— EXERCISE —
Using the records below, give again exactly the lines from the line that contains "f 240 238 241" through the line that contains "1, 0)), mode=Mode.PRIVATE)", both ends included, and only those.

[[ GIVEN DATA open ]]

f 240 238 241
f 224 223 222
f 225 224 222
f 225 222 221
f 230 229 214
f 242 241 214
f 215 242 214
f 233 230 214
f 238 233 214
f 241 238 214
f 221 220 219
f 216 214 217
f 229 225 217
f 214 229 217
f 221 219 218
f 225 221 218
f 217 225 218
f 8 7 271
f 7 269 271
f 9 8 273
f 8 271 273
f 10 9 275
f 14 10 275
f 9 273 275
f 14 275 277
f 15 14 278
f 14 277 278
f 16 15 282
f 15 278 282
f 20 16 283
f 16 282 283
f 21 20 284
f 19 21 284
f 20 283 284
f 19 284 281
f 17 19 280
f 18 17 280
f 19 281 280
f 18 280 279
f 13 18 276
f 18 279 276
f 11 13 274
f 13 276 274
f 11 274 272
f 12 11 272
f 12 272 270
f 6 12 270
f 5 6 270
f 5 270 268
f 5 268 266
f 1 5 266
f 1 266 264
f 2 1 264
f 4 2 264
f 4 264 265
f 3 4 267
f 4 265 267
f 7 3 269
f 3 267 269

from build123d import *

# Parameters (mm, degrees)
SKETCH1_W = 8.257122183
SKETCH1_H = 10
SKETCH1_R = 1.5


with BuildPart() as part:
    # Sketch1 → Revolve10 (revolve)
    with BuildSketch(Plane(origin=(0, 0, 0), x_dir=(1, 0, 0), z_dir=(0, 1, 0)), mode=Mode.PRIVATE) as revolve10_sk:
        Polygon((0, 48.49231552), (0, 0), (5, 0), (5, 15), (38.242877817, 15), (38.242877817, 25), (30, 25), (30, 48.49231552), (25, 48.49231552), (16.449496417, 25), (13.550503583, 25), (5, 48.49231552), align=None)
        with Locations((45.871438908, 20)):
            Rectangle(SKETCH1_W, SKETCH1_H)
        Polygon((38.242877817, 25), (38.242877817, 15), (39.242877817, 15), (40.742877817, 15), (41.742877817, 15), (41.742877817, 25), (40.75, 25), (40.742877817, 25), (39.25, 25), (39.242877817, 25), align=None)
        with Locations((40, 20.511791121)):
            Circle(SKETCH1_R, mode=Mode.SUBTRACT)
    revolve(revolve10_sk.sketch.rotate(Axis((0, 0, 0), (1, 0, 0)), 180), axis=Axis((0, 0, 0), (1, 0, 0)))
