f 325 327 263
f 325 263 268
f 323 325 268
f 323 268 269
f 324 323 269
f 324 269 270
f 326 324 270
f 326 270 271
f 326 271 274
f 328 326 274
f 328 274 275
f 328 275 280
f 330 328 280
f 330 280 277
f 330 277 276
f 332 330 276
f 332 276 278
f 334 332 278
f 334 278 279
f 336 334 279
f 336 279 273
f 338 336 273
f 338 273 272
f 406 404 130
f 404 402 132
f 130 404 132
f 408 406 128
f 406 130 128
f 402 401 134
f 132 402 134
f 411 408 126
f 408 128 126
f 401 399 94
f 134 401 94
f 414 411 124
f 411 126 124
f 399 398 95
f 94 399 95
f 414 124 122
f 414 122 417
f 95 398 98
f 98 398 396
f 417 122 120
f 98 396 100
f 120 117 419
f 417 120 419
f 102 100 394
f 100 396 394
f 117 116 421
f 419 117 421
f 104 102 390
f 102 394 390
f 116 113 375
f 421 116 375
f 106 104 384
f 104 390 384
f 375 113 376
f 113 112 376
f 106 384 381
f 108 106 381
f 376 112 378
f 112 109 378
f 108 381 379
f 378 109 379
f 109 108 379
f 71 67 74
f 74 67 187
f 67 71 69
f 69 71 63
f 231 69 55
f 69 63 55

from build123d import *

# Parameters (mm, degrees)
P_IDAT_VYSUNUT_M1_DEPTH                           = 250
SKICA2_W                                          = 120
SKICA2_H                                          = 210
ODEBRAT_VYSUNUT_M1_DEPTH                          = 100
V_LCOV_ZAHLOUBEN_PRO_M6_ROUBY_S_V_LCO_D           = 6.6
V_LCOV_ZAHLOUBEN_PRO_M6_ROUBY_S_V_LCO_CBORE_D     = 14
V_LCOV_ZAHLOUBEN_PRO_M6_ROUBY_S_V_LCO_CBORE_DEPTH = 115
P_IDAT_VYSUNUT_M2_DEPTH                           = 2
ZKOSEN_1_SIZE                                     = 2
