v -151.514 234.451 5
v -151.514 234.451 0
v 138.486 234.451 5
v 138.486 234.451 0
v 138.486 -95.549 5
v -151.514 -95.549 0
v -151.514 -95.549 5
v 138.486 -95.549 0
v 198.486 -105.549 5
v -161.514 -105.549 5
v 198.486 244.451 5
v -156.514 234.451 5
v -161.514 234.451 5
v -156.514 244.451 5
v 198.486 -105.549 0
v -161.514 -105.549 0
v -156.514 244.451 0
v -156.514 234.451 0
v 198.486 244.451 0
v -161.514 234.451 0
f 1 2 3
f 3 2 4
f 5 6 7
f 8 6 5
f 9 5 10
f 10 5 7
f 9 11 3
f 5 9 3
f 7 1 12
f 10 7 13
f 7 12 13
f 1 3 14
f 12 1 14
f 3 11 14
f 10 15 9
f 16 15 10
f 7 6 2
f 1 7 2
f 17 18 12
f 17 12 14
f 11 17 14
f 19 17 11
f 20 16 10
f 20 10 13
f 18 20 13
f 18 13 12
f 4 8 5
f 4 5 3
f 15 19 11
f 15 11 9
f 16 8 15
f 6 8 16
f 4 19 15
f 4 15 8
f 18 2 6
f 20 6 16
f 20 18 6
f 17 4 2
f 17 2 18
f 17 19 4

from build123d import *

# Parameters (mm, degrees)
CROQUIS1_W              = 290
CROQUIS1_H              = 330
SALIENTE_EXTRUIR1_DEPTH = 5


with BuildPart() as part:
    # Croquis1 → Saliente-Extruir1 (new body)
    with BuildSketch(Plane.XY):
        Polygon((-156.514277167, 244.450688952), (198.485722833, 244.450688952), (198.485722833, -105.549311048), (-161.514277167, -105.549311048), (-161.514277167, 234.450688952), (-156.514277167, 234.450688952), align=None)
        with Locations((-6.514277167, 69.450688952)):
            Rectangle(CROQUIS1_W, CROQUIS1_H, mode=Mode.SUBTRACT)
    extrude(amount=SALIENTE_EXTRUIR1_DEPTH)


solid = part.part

[[ GIVEN DATA closed ]]
[[ GIVEN DATA open ]]

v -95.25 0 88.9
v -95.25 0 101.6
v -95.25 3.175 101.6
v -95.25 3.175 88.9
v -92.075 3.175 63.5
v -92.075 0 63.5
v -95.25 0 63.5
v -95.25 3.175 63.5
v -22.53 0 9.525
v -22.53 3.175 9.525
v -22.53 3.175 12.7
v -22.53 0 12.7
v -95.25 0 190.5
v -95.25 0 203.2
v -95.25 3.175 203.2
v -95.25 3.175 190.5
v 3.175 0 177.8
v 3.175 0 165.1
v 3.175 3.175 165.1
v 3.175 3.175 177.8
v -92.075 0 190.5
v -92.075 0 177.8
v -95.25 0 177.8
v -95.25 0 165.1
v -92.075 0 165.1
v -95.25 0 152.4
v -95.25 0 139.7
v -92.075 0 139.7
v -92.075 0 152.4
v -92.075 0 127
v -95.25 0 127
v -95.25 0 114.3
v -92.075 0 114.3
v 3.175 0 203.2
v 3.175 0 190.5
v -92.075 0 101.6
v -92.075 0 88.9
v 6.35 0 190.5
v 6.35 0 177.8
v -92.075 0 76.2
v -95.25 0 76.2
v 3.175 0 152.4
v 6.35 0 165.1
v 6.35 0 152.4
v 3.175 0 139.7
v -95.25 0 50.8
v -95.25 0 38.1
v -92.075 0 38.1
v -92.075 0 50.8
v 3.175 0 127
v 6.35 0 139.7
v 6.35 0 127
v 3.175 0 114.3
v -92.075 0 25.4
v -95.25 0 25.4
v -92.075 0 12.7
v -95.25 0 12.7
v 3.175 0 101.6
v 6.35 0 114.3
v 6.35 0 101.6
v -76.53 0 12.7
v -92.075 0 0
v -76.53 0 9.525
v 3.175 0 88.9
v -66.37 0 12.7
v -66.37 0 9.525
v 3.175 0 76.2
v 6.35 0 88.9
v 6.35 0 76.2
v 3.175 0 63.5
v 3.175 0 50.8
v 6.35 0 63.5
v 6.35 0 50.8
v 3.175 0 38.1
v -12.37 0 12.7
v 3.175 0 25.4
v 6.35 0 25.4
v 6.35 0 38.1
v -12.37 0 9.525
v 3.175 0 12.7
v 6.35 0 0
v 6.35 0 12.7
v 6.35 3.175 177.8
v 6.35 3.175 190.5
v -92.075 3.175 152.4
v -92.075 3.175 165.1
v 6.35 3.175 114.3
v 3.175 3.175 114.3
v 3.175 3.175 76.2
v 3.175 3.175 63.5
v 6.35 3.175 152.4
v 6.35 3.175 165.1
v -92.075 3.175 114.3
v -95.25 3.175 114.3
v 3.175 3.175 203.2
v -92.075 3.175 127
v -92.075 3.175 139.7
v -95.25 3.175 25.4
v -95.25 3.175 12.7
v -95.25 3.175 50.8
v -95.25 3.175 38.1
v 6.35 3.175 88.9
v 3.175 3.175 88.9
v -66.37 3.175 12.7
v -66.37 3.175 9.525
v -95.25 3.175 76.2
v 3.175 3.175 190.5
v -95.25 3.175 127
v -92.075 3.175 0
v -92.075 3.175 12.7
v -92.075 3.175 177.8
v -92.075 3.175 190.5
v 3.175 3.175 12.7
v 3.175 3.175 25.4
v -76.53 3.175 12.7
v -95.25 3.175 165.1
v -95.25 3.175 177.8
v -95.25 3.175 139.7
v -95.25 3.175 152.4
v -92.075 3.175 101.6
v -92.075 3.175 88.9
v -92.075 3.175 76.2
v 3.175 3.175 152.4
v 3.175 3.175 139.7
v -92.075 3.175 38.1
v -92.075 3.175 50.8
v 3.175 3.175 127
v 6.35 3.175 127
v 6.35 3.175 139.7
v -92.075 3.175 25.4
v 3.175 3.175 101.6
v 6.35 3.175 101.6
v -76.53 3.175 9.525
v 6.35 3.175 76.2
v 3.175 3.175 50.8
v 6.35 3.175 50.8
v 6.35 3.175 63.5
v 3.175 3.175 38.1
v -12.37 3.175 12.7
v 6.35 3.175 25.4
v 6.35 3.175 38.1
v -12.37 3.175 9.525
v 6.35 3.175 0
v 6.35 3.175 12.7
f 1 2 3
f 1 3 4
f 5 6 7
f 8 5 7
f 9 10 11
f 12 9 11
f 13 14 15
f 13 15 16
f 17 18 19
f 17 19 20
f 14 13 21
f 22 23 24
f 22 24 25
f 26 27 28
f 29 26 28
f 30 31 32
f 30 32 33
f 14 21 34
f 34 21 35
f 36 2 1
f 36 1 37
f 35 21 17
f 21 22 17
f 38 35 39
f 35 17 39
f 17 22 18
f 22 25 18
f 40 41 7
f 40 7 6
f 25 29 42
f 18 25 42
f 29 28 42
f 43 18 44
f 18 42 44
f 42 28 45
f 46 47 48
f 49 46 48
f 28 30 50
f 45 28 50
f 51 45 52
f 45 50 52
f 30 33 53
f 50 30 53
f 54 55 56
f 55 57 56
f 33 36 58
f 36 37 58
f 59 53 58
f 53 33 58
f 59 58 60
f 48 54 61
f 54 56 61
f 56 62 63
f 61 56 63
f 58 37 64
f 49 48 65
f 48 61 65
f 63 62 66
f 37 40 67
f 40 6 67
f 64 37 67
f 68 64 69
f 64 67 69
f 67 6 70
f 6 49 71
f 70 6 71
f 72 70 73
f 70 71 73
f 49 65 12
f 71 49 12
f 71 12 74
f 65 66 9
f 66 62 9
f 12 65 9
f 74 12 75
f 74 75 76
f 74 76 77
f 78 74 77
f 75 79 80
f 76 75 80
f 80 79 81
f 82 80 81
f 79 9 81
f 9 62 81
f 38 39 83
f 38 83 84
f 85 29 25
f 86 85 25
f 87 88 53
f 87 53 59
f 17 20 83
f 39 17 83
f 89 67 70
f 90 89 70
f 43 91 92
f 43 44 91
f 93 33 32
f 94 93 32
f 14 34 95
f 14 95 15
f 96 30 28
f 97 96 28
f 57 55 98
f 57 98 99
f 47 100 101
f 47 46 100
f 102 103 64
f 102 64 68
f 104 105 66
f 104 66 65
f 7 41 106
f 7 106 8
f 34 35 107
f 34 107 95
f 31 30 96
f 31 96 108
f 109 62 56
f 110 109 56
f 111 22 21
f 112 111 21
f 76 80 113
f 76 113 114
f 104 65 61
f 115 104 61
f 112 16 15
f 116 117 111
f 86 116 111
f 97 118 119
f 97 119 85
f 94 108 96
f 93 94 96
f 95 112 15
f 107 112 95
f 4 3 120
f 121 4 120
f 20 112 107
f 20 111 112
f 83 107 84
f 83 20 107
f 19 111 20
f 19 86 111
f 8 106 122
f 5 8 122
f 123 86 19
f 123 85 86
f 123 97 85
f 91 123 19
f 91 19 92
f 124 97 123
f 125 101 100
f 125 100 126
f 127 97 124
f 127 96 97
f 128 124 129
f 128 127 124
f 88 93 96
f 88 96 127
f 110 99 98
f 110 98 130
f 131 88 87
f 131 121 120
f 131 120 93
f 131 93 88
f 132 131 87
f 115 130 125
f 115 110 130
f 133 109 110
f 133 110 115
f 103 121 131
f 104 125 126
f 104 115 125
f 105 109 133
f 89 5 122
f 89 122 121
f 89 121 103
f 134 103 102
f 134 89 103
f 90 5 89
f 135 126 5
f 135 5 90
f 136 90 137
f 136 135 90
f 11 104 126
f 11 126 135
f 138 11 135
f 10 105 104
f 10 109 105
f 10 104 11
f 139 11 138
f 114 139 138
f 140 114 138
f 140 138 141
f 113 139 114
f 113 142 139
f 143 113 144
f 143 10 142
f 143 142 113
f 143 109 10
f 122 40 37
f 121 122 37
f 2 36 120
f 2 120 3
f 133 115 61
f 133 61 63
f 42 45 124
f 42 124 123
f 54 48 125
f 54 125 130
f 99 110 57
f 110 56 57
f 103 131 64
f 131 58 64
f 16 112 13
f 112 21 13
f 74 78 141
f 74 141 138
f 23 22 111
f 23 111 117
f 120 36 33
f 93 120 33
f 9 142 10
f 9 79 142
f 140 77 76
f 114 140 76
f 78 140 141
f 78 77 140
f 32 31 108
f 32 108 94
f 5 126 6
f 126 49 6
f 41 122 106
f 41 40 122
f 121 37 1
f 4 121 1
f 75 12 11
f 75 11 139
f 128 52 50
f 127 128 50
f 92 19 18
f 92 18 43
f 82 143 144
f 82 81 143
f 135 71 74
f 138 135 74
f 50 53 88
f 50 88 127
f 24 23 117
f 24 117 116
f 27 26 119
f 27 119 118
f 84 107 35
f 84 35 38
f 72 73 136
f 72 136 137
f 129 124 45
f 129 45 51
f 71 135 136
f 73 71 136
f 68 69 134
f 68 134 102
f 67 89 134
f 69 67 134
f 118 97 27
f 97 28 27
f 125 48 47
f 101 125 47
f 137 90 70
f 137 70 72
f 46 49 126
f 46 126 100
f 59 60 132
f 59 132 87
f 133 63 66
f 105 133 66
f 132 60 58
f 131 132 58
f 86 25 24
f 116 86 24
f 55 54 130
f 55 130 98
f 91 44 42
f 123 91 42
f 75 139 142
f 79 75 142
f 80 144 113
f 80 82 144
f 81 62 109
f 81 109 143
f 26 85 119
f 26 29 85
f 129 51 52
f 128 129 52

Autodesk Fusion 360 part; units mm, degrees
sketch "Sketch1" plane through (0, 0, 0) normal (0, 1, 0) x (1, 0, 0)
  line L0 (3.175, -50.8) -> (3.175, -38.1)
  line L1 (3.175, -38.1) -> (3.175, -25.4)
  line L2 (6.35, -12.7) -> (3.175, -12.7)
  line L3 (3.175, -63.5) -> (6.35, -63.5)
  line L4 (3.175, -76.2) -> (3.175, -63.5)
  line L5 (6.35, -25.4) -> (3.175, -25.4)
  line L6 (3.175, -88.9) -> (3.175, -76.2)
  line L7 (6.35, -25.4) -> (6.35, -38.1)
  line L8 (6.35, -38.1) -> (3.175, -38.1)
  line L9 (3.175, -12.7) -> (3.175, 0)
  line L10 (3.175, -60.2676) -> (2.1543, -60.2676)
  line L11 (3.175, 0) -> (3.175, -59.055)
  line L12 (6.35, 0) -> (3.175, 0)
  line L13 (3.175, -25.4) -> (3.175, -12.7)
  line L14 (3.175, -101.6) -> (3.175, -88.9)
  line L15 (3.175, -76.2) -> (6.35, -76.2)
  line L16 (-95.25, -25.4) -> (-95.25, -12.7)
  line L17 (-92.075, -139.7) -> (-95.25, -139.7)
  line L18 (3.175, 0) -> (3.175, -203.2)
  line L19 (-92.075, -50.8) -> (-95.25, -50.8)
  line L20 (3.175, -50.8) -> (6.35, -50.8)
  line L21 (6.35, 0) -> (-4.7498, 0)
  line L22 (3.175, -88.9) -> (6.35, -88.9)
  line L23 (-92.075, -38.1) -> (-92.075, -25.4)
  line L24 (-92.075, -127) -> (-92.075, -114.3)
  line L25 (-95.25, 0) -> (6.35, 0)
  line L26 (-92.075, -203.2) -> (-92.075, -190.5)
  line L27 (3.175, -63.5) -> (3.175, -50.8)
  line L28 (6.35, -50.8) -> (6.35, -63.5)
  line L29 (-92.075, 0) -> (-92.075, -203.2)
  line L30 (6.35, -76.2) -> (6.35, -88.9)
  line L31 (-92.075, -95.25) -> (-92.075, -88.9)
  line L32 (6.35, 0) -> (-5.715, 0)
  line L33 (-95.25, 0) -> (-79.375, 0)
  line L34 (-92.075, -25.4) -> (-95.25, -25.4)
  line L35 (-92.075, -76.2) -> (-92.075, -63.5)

[[ GIVEN DATA closed ]]

— SOLVED PROBLEM —
f 240 238 241
f 224 223 222
f 225 224 222
f 225 222 221
f 230 229 214
f 242 241 214
f 215 242 214
f 233 230 214
f 238 233 214
f 241 238 214
f 221 220 219
f 216 214 217
f 229 225 217
f 214 229 217
f 221 219 218
f 225 221 218
f 217 225 218
f 8 7 271
f 7 269 271
f 9 8 273
f 8 271 273
f 10 9 275
f 14 10 275
f 9 273 275
f 14 275 277
f 15 14 278
f 14 277 278
f 16 15 282
f 15 278 282
f 20 16 283
f 16 282 283
f 21 20 284
f 19 21 284
f 20 283 284
f 19 284 281
f 17 19 280
f 18 17 280
f 19 281 280
f 18 280 279
f 13 18 276
f 18 279 276
f 11 13 274
f 13 276 274
f 11 274 272
f 12 11 272
f 12 272 270
f 6 12 270
f 5 6 270
f 5 270 268
f 5 268 266
f 1 5 266
f 1 266 264
f 2 1 264
f 4 2 264
f 4 264 265
f 3 4 267
f 4 265 267
f 7 3 269
f 3 267 269

from build123d import *

# Parameters (mm, degrees)
SKETCH1_W = 8.257122183
SKETCH1_H = 10
SKETCH1_R = 1.5


with BuildPart() as part:
    # Sketch1 → Revolve10 (revolve)
    with BuildSketch(Plane(origin=(0, 0, 0), x_dir=(1, 0, 0), z_dir=(0, 1, 0)), mode=Mode.PRIVATE) as revolve10_sk:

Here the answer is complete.